Records provided:
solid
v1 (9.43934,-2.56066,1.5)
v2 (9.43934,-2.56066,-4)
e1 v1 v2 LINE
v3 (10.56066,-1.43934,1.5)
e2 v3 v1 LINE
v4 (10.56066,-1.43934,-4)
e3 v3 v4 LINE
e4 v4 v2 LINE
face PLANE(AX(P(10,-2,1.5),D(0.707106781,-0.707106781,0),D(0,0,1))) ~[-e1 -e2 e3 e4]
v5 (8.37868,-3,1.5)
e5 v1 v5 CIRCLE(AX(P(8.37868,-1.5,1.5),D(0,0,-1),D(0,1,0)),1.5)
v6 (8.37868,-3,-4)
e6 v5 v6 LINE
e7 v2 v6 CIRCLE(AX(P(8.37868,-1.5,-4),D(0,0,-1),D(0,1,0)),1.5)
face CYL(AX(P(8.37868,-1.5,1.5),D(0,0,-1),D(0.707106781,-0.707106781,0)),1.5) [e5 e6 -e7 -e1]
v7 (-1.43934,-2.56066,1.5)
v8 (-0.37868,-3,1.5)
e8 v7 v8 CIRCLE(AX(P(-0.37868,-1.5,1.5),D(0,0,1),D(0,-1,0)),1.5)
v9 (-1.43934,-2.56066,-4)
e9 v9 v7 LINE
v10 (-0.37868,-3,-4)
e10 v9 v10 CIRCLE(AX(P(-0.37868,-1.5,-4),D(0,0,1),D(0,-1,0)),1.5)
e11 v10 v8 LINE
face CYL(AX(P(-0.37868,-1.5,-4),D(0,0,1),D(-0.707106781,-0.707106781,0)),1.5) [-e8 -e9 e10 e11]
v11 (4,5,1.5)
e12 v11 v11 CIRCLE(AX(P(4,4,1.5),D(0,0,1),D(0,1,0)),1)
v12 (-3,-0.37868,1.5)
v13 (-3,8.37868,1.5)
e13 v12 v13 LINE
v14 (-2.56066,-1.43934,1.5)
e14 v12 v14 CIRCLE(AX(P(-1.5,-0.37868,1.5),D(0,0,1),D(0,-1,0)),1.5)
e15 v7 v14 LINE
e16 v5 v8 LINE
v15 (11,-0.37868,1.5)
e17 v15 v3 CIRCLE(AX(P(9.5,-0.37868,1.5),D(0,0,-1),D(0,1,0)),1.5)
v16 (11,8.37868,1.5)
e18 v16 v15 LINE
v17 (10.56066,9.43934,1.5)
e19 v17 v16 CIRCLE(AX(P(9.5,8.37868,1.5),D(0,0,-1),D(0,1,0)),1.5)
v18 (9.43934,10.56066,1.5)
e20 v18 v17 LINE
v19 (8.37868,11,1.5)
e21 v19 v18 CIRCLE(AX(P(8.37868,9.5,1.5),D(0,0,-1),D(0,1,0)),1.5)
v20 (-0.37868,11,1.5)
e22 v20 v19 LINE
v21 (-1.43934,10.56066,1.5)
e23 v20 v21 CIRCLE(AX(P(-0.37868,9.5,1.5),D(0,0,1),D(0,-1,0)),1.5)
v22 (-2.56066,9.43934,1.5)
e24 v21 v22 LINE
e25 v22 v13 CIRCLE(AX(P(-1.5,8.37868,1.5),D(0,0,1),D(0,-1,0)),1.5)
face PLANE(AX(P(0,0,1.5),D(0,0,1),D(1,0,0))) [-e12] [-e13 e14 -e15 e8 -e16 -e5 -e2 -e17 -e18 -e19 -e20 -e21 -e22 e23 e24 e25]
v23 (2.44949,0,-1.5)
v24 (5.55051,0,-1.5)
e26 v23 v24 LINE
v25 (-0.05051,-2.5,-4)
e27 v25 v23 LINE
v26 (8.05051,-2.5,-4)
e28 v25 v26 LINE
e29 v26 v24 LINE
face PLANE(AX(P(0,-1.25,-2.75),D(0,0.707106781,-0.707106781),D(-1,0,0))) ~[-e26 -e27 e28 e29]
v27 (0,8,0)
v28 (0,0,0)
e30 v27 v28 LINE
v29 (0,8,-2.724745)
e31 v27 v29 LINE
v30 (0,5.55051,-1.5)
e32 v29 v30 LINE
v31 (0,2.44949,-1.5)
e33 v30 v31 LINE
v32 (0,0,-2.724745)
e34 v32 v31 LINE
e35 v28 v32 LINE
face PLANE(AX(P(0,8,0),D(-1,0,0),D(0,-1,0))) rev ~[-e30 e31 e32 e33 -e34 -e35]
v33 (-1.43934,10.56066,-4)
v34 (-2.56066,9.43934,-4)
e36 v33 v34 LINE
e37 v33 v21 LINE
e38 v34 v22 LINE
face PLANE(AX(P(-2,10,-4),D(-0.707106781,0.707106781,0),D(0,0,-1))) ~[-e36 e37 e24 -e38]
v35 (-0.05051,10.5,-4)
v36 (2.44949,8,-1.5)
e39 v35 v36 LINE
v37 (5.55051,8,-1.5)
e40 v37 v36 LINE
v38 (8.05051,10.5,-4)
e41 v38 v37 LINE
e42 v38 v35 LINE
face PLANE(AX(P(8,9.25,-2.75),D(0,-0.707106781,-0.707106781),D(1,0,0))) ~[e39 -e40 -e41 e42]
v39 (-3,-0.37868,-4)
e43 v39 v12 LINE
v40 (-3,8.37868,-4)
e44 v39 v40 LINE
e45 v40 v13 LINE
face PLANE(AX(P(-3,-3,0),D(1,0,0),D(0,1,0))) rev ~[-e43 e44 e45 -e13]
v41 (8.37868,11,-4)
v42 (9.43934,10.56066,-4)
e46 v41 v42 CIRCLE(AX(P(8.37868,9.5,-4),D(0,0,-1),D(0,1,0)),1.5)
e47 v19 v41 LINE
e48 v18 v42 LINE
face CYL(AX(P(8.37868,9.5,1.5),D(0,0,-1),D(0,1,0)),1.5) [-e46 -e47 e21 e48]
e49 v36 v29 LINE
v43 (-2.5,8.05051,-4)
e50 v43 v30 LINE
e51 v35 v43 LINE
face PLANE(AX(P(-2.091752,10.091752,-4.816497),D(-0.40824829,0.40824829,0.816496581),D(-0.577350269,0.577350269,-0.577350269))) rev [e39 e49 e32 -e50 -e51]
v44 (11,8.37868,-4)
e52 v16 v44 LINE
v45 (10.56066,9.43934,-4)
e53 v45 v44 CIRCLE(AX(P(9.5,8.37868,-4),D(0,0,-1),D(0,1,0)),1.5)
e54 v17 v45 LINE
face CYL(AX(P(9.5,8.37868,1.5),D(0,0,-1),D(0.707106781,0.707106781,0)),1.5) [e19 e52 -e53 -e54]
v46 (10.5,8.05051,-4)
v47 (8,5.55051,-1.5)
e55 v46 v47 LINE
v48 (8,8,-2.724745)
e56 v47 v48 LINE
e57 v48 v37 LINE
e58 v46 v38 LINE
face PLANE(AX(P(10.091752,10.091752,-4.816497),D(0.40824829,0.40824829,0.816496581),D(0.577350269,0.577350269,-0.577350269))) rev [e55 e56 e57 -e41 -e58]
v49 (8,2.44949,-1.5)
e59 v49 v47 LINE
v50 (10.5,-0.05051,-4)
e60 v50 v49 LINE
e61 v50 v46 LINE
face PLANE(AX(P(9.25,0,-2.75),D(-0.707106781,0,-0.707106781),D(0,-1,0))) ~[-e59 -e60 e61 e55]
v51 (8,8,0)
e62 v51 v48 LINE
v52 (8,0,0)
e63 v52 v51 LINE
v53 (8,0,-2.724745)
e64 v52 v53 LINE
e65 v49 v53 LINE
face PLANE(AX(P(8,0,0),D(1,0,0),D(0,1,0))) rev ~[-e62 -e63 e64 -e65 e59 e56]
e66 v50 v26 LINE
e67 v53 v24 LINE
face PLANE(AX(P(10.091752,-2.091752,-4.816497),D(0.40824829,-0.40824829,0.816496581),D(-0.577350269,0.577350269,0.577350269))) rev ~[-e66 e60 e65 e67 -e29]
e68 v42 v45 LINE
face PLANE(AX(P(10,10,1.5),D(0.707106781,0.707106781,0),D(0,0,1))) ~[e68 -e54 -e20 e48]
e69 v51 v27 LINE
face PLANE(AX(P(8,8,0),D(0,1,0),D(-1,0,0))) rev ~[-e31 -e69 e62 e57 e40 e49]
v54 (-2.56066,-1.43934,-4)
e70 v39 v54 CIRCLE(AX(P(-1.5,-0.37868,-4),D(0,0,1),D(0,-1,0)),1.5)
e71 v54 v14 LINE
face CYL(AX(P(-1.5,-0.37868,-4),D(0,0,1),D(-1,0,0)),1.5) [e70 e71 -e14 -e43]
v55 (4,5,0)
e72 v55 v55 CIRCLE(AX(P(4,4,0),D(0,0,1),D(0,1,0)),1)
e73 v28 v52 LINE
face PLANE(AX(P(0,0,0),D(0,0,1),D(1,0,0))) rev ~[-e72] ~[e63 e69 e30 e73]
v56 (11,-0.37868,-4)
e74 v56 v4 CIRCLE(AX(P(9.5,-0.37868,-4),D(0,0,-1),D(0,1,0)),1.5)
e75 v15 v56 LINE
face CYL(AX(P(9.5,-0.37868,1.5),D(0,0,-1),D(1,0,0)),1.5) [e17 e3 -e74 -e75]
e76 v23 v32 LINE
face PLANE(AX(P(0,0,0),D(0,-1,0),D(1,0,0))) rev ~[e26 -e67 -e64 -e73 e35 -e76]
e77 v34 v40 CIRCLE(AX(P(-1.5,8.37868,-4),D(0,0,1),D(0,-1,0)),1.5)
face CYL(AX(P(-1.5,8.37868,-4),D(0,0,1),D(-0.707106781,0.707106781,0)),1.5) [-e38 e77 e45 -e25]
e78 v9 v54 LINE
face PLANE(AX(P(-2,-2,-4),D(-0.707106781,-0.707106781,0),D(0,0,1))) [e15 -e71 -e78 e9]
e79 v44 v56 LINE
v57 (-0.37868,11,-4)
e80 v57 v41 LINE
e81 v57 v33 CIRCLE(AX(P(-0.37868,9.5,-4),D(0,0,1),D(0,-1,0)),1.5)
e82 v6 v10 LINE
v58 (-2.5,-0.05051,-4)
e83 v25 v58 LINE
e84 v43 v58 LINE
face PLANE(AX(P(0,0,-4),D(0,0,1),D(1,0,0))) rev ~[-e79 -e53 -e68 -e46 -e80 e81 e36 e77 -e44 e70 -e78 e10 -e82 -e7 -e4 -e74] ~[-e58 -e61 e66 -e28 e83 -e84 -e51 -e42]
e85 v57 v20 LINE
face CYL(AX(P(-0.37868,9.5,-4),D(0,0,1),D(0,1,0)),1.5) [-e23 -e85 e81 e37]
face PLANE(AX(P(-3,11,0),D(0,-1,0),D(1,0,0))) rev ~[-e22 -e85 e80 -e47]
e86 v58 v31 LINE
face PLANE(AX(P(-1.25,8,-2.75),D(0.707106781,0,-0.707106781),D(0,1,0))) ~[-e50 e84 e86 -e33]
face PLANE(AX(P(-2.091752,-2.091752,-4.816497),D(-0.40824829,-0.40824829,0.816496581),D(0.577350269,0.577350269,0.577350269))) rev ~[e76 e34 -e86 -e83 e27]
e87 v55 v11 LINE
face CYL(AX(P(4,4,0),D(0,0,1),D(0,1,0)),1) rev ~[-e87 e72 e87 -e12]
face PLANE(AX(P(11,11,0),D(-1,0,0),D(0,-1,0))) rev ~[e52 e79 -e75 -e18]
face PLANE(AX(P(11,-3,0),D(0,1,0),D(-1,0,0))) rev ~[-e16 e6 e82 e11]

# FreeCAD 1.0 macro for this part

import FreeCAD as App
import Part
import Sketcher
Q = App.Units.Quantity


def edges_at(feature, points):
    """Names of the edges that pass closest to the given points."""
    edges = feature.Shape.Edges
    near = lambda p: min(range(len(edges)), key=lambda i: edges[i].distToShape(Part.Vertex(*p))[0])
    return sorted({f"Edge{near(p) + 1}" for p in points})

doc = App.newDocument("Part")
body = doc.addObject("PartDesign::Body", "Body")

sketch1 = doc.addObject("Sketcher::SketchObject", "Sketch")
body.addObject(sketch1)
sketch1.AttachmentSupport = (doc.XY_Plane, [""])
sketch1.MapMode = "FlatFace"
sketch1.addGeometry([
    Part.LineSegment(App.Vector(11, 11, 0), App.Vector(-3, 11, 0)),
    Part.LineSegment(App.Vector(-3, 11, 0), App.Vector(-3, -3, 0)),
    Part.LineSegment(App.Vector(-3, -3, 0), App.Vector(11, -3, 0)),
    Part.LineSegment(App.Vector(11, -3, 0), App.Vector(11, 11, 0)),
], False)
sketch1.addConstraint([
    Sketcher.Constraint("Coincident", 0, 2, 1, 1),
    Sketcher.Constraint("Coincident", 1, 2, 2, 1),
    Sketcher.Constraint("Coincident", 2, 2, 3, 1),
    Sketcher.Constraint("Coincident", 3, 2, 0, 1),
    Sketcher.Constraint("Horizontal", 0),
    Sketcher.Constraint("Vertical", 1),
    Sketcher.Constraint("Horizontal", 2),
    Sketcher.Constraint("Vertical", 3),
    Sketcher.Constraint("Equal", 2, 1),
    Sketcher.Constraint("DistanceX", 0, 2, -1, 1, Q("3 mm")),
    Sketcher.Constraint("DistanceY", 1, 2, -1, 1, Q("3 mm")),
    Sketcher.Constraint("DistanceX", 0, 2, 0, 1, Q("14 mm")),
])
pad1 = doc.addObject("PartDesign::Pad", "Pad")
body.addObject(pad1)
pad1.Profile = sketch1
pad1.Length = 1.5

Action item:
Restate word for word the lines of the data above, starting at the line containing "v41 (8.37868,11,-4)" and ending at the line containing "e51 v35 v43 LINE", both included, and nothing more.

Written response:
v41 (8.37868,11,-4)
v42 (9.43934,10.56066,-4)
e46 v41 v42 CIRCLE(AX(P(8.37868,9.5,-4),D(0,0,-1),D(0,1,0)),1.5)
e47 v19 v41 LINE
e48 v18 v42 LINE
face CYL(AX(P(8.37868,9.5,1.5),D(0,0,-1),D(0,1,0)),1.5) [-e46 -e47 e21 e48]
e49 v36 v29 LINE
v43 (-2.5,8.05051,-4)
e50 v43 v30 LINE
e51 v35 v43 LINE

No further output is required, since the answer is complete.